**Information given**

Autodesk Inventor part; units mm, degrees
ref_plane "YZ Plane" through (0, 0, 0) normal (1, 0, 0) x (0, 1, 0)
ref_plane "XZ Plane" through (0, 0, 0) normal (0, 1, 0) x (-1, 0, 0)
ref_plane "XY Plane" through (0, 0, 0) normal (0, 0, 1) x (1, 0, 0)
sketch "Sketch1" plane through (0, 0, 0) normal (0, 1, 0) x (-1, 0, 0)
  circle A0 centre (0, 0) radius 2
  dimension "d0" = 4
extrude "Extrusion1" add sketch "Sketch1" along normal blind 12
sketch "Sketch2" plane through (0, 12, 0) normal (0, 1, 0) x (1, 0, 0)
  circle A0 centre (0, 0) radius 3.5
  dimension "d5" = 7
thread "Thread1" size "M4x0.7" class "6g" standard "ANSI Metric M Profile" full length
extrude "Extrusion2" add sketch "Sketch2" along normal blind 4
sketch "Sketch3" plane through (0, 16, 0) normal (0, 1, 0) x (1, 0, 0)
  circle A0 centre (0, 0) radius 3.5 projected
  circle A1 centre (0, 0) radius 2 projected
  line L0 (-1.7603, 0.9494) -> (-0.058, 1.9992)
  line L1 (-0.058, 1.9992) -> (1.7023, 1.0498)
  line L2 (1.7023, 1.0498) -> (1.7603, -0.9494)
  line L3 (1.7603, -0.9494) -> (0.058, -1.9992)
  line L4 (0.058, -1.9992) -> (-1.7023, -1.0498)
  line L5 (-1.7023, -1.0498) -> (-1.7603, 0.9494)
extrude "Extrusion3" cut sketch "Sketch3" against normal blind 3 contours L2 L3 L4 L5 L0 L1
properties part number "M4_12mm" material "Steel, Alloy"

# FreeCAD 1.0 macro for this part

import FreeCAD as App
import Part
import Sketcher

V = App.Vector
Q = App.Units.Quantity


def add_polygon(sketch, points):
    """Adds a closed chain of lines whose ends are joined by coincident constraints."""
    first, n = sketch.GeometryCount, len(points)
    for a, b in zip(points, points[1:] + points[:1]):
        sketch.addGeometry(Part.LineSegment(App.Vector(*a, 0), App.Vector(*b, 0)), False)
    for i in range(n):
        sketch.addConstraint(Sketcher.Constraint("Coincident", first + i, 2, first + (i + 1) % n, 1))

doc = App.newDocument("Part")
body = doc.addObject("PartDesign::Body", "Body")

# Sketch on XZ plane
sketch1 = body.newObject("Sketcher::SketchObject", "Sketch")
sketch1.AttachmentSupport = (doc.getObject("XZ_Plane"), [""])
sketch1.MapMode = "FlatFace"
sketch1.addGeometry(Part.Circle(V(0, 0, 0), V(0, 0, 1), 2), False)
sketch1.addConstraint(Sketcher.Constraint("Coincident", 0, 3, -1, 1))
sketch1.addConstraint(Sketcher.Constraint("Diameter", 0, Q("4 mm")))
pad1 = body.newObject("PartDesign::Pad", "Pad")
pad1.Profile = sketch1
pad1.Length = 12
pad1.Reversed = True

# Sketch on XZ plane
sketch2 = body.newObject("Sketcher::SketchObject", "Sketch001")
sketch2.AttachmentSupport = (doc.getObject("XZ_Plane"), [""])
sketch2.MapMode = "FlatFace"
sketch2.AttachmentOffset = App.Placement(V(0, 0, -12), App.Rotation())
sketch2.addGeometry(Part.Circle(V(0, 0, 0), V(0, 0, 1), 3.5), False)
sketch2.addConstraint(Sketcher.Constraint("Coincident", 0, 3, -1, 1))
sketch2.addConstraint(Sketcher.Constraint("Diameter", 0, Q("7 mm")))
pad2 = body.newObject("PartDesign::Pad", "Pad001")
pad2.Profile = sketch2
pad2.Length = 4
pad2.Reversed = True

# Sketch on XZ plane
sketch3 = body.newObject("Sketcher::SketchObject", "Sketch002")
sketch3.AttachmentSupport = (doc.getObject("XZ_Plane"), [""])
sketch3.MapMode = "FlatFace"
sketch3.AttachmentOffset = App.Placement(V(0, 0, -16), App.Rotation())
add_polygon(sketch3, [(1.8, 0.9), (1.7, -1), (-0.1, -2), (-1.8, -0.9), (-1.7, 1), (0.1, 2)])  # lines 0-5
sketch3.addConstraint(Sketcher.Constraint("Symmetric", 0, 2, 3, 2, -1, 1))
sketch3.addConstraint(Sketcher.Constraint("Symmetric", 1, 2, 4, 2, -1, 1))
sketch3.addConstraint(Sketcher.Constraint("Symmetric", 2, 2, 5, 2, -1, 1))
sketch3.addConstraint(Sketcher.Constraint("Equal", 0, 1))
sketch3.addConstraint(Sketcher.Constraint("Equal", 1, 2))
sketch3.addConstraint(Sketcher.Constraint("Distance", 0, Q("2 mm")))
sketch3.addConstraint(Sketcher.Constraint("Angle", 1, Q("-151.6602 deg")))
sketch3.addConstraint(Sketcher.Constraint("DistanceX", 1, 2, -1, 1, Q("0.058 mm")))
sketch3.addConstraint(Sketcher.Constraint("DistanceX", 2, 2, 3, 2, Q("0.058 mm")))
pocket1 = body.newObject("PartDesign::Pocket", "Pocket")
pocket1.Profile = sketch3
pocket1.Length = 3
pocket1.Reversed = True

doc.recompute()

**Your goal**
Copy each line of the records containing the string "through".

**Your response**
ref_plane "YZ Plane" through (0, 0, 0) normal (1, 0, 0) x (0, 1, 0)
ref_plane "XZ Plane" through (0, 0, 0) normal (0, 1, 0) x (-1, 0, 0)
ref_plane "XY Plane" through (0, 0, 0) normal (0, 0, 1) x (1, 0, 0)
sketch "Sketch1" plane through (0, 0, 0) normal (0, 1, 0) x (-1, 0, 0)
sketch "Sketch2" plane through (0, 12, 0) normal (0, 1, 0) x (1, 0, 0)
sketch "Sketch3" plane through (0, 16, 0) normal (0, 1, 0) x (1, 0, 0)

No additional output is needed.